-- What you are asked to do --
Would you output the entries below only from the line containing "e16 v16 v16" through the line containing "face CYL(AX(P(0,13,18.061017),D(0,0,-1),D(-1,0,0)),1.6) rev", exactly as they stand and with both ends included?

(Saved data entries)
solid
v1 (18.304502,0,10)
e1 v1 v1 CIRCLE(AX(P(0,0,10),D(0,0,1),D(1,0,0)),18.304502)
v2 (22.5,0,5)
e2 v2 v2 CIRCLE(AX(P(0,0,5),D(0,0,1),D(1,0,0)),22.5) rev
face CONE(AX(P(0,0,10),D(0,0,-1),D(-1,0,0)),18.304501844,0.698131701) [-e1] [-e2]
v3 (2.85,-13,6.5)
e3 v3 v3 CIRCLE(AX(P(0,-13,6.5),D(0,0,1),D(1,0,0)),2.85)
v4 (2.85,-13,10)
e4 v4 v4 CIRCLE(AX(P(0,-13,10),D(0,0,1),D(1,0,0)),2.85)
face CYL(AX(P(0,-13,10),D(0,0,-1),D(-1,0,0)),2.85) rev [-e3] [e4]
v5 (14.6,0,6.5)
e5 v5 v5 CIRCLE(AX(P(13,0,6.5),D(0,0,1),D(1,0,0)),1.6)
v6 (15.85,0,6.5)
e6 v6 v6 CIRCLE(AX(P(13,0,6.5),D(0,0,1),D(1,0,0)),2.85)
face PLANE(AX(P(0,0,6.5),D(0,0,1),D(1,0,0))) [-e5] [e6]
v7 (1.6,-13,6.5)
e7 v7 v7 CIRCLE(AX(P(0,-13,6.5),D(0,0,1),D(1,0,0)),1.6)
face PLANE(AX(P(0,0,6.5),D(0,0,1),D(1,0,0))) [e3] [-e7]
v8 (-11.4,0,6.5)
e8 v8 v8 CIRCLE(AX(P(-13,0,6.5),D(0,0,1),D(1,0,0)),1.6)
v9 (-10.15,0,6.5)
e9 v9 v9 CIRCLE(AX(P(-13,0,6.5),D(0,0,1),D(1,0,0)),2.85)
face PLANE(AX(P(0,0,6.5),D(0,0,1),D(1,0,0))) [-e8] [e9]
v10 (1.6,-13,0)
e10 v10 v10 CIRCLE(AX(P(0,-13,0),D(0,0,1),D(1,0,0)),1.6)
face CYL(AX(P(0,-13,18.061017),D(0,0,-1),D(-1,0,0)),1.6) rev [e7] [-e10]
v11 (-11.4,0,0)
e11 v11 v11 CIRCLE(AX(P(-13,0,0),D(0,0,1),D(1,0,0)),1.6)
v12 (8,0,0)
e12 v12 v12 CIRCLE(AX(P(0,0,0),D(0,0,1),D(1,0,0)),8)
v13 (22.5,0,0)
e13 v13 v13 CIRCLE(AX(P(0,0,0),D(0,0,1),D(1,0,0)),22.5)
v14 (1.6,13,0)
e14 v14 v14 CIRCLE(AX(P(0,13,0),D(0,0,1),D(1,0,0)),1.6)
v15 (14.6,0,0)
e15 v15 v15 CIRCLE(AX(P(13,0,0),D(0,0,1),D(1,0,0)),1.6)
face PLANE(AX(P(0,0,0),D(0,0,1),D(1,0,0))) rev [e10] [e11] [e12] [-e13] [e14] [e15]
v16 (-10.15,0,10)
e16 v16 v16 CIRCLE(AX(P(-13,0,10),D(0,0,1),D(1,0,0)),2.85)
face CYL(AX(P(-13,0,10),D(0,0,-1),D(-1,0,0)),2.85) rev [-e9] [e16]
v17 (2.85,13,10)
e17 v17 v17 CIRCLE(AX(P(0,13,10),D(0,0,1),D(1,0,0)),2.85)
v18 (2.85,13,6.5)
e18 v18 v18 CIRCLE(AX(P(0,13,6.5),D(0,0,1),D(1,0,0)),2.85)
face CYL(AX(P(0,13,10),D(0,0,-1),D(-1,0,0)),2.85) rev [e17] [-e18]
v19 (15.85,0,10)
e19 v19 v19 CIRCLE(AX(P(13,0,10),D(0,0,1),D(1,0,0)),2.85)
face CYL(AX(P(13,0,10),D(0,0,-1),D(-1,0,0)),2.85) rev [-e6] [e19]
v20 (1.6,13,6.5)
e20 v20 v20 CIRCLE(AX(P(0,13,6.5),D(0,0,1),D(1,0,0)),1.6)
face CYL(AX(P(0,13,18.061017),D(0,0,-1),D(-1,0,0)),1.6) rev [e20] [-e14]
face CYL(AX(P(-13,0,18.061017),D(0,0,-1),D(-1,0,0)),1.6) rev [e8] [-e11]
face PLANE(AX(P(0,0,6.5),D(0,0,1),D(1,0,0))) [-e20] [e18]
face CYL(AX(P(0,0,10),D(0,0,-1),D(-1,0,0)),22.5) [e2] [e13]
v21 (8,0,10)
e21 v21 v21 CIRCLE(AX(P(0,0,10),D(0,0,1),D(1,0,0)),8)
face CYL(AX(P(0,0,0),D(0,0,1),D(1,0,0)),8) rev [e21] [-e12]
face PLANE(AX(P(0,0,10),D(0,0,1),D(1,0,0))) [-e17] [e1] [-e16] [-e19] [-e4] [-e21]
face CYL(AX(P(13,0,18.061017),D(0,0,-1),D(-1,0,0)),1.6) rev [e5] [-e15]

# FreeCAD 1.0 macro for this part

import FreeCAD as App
import Part
import Sketcher

V = App.Vector


def edges_at(feature, points):
    """Names of the edges that pass closest to the given points."""
    edges = feature.Shape.Edges
    near = lambda p: min(range(len(edges)), key=lambda i: edges[i].distToShape(Part.Vertex(*p))[0])
    return sorted({f"Edge{near(p) + 1}" for p in points})

doc = App.newDocument("Part")
body = doc.addObject("PartDesign::Body", "Body")

# Sketch on XY plane
sketch1 = body.newObject("Sketcher::SketchObject", "Sketch")
sketch1.AttachmentSupport = (doc.getObject("XY_Plane"), [""])
sketch1.MapMode = "FlatFace"
sketch1.addGeometry(Part.Circle(V(0, 0, 0), V(0, 0, 1), 22.5), False)
sketch1.addGeometry(Part.Circle(V(13, 0, 0), V(0, 0, 1), 2.9), False)
sketch1.addGeometry(Part.Circle(V(0, -13, 0), V(0, 0, 1), 2.9), False)
sketch1.addGeometry(Part.Circle(V(0, 13, 0), V(0, 0, 1), 2.9), False)
sketch1.addGeometry(Part.Circle(V(-13, 0, 0), V(0, 0, 1), 2.9), False)
sketch1.addConstraint(Sketcher.Constraint("Coincident", 0, 3, -1, 1))
sketch1.addConstraint(Sketcher.Constraint("Equal", 1, 2))
sketch1.addConstraint(Sketcher.Constraint("Equal", 2, 3))
sketch1.addConstraint(Sketcher.Constraint("Equal", 3, 4))
sketch1.addConstraint(Sketcher.Constraint("Symmetric", 2, 3, 3, 3, -1, 1))
sketch1.addConstraint(Sketcher.Constraint("Symmetric", 1, 3, 4, 3, -1, 1))
sketch1.addConstraint(Sketcher.Constraint("PointOnObject", 1, 3, -1))
sketch1.addConstraint(Sketcher.Constraint("PointOnObject", 2, 3, -2))
sketch1.addConstraint(Sketcher.Constraint("Diameter", 0, 45.0))
sketch1.addConstraint(Sketcher.Constraint("Diameter", 1, 5.7))
sketch1.addConstraint(Sketcher.Constraint("DistanceX", -1, 1, 1, 3, 13.0))
sketch1.addConstraint(Sketcher.Constraint("DistanceY", 2, 3, -1, 1, 13.0))
pad1 = body.newObject("PartDesign::Pad", "Pad")
pad1.Profile = sketch1
pad1.Length = 10

# Sketch on XY plane
sketch2 = body.newObject("Sketcher::SketchObject", "Sketch001")
sketch2.AttachmentSupport = (doc.getObject("XY_Plane"), [""])
sketch2.MapMode = "FlatFace"
sketch2.addGeometry(Part.Circle(V(0, -13, 0), V(0, 0, 1), 2.9), False)
sketch2.addGeometry(Part.Circle(V(0, -13, 0), V(0, 0, 1), 1.6), False)
sketch2.addGeometry(Part.Circle(V(-13, 0, 0), V(0, 0, 1), 2.9), False)
sketch2.addGeometry(Part.Circle(V(-13, 0, 0), V(0, 0, 1), 1.6), False)
sketch2.addGeometry(Part.Circle(V(0, 13, 0), V(0, 0, 1), 2.9), False)
sketch2.addGeometry(Part.Circle(V(0, 13, 0), V(0, 0, 1), 1.6), False)
sketch2.addGeometry(Part.Circle(V(13, 0, 0), V(0, 0, 1), 2.9), False)
sketch2.addGeometry(Part.Circle(V(13, 0, 0), V(0, 0, 1), 1.6), False)
sketch2.addConstraint(Sketcher.Constraint("Coincident", 1, 3, 0, 3))
sketch2.addConstraint(Sketcher.Constraint("Coincident", 3, 3, 2, 3))
sketch2.addConstraint(Sketcher.Constraint("Coincident", 5, 3, 4, 3))
sketch2.addConstraint(Sketcher.Constraint("Coincident", 7, 3, 6, 3))
sketch2.addConstraint(Sketcher.Constraint("Equal", 0, 2))
sketch2.addConstraint(Sketcher.Constraint("Equal", 1, 3))
sketch2.addConstraint(Sketcher.Constraint("Equal", 2, 4))
sketch2.addConstraint(Sketcher.Constraint("Equal", 3, 5))
sketch2.addConstraint(Sketcher.Constraint("Equal", 4, 6))
sketch2.addConstraint(Sketcher.Constraint("Equal", 5, 7))
sketch2.addConstraint(Sketcher.Constraint("Symmetric", 0, 3, 4, 3, -1, 1))
sketch2.addConstraint(Sketcher.Constraint("Symmetric", 2, 3, 6, 3, -1, 1))
sketch2.addConstraint(Sketcher.Constraint("PointOnObject", 0, 3, -2))
sketch2.addConstraint(Sketcher.Constraint("PointOnObject", 2, 3, -1))
sketch2.addConstraint(Sketcher.Constraint("Diameter", 0, 5.7))
sketch2.addConstraint(Sketcher.Constraint("Diameter", 1, 3.2))
sketch2.addConstraint(Sketcher.Constraint("DistanceY", 0, 3, -1, 1, 13.0))
sketch2.addConstraint(Sketcher.Constraint("DistanceX", 2, 3, -1, 1, 13.0))
pad2 = body.newObject("PartDesign::Pad", "Pad001")
pad2.Profile = sketch2
pad2.Length = 6.5
doc.recompute()

chamfer = body.newObject("PartDesign::Chamfer", "Chamfer")
chamfer.Base = (pad2, edges_at(pad2, [(0, -22.5, 10)]))
chamfer.ChamferType = "Two distances"
chamfer.Size = 5
chamfer.Size2 = 4.195498

# Sketch on XY plane
sketch3 = body.newObject("Sketcher::SketchObject", "Sketch002")
sketch3.AttachmentSupport = (doc.getObject("XY_Plane"), [""])
sketch3.MapMode = "FlatFace"
sketch3.AttachmentOffset = App.Placement(V(0, 0, 10), App.Rotation())
sketch3.addGeometry(Part.Circle(V(0, 0, 0), V(0, 0, 1), 8), False)
sketch3.addConstraint(Sketcher.Constraint("Coincident", 0, 3, -1, 1))
sketch3.addConstraint(Sketcher.Constraint("Diameter", 0, 16.0))
pocket1 = body.newObject("PartDesign::Pocket", "Pocket")
pocket1.Profile = sketch3
pocket1.Type = "ThroughAll"
pocket1.Midplane = True

doc.recompute()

-- Response area --
e16 v16 v16 CIRCLE(AX(P(-13,0,10),D(0,0,1),D(1,0,0)),2.85)
face CYL(AX(P(-13,0,10),D(0,0,-1),D(-1,0,0)),2.85) rev [-e9] [e16]
v17 (2.85,13,10)
e17 v17 v17 CIRCLE(AX(P(0,13,10),D(0,0,1),D(1,0,0)),2.85)
v18 (2.85,13,6.5)
e18 v18 v18 CIRCLE(AX(P(0,13,6.5),D(0,0,1),D(1,0,0)),2.85)
face CYL(AX(P(0,13,10),D(0,0,-1),D(-1,0,0)),2.85) rev [e17] [-e18]
v19 (15.85,0,10)
e19 v19 v19 CIRCLE(AX(P(13,0,10),D(0,0,1),D(1,0,0)),2.85)
face CYL(AX(P(13,0,10),D(0,0,-1),D(-1,0,0)),2.85) rev [-e6] [e19]
v20 (1.6,13,6.5)
e20 v20 v20 CIRCLE(AX(P(0,13,6.5),D(0,0,1),D(1,0,0)),1.6)
face CYL(AX(P(0,13,18.061017),D(0,0,-1),D(-1,0,0)),1.6) rev [e20] [-e14]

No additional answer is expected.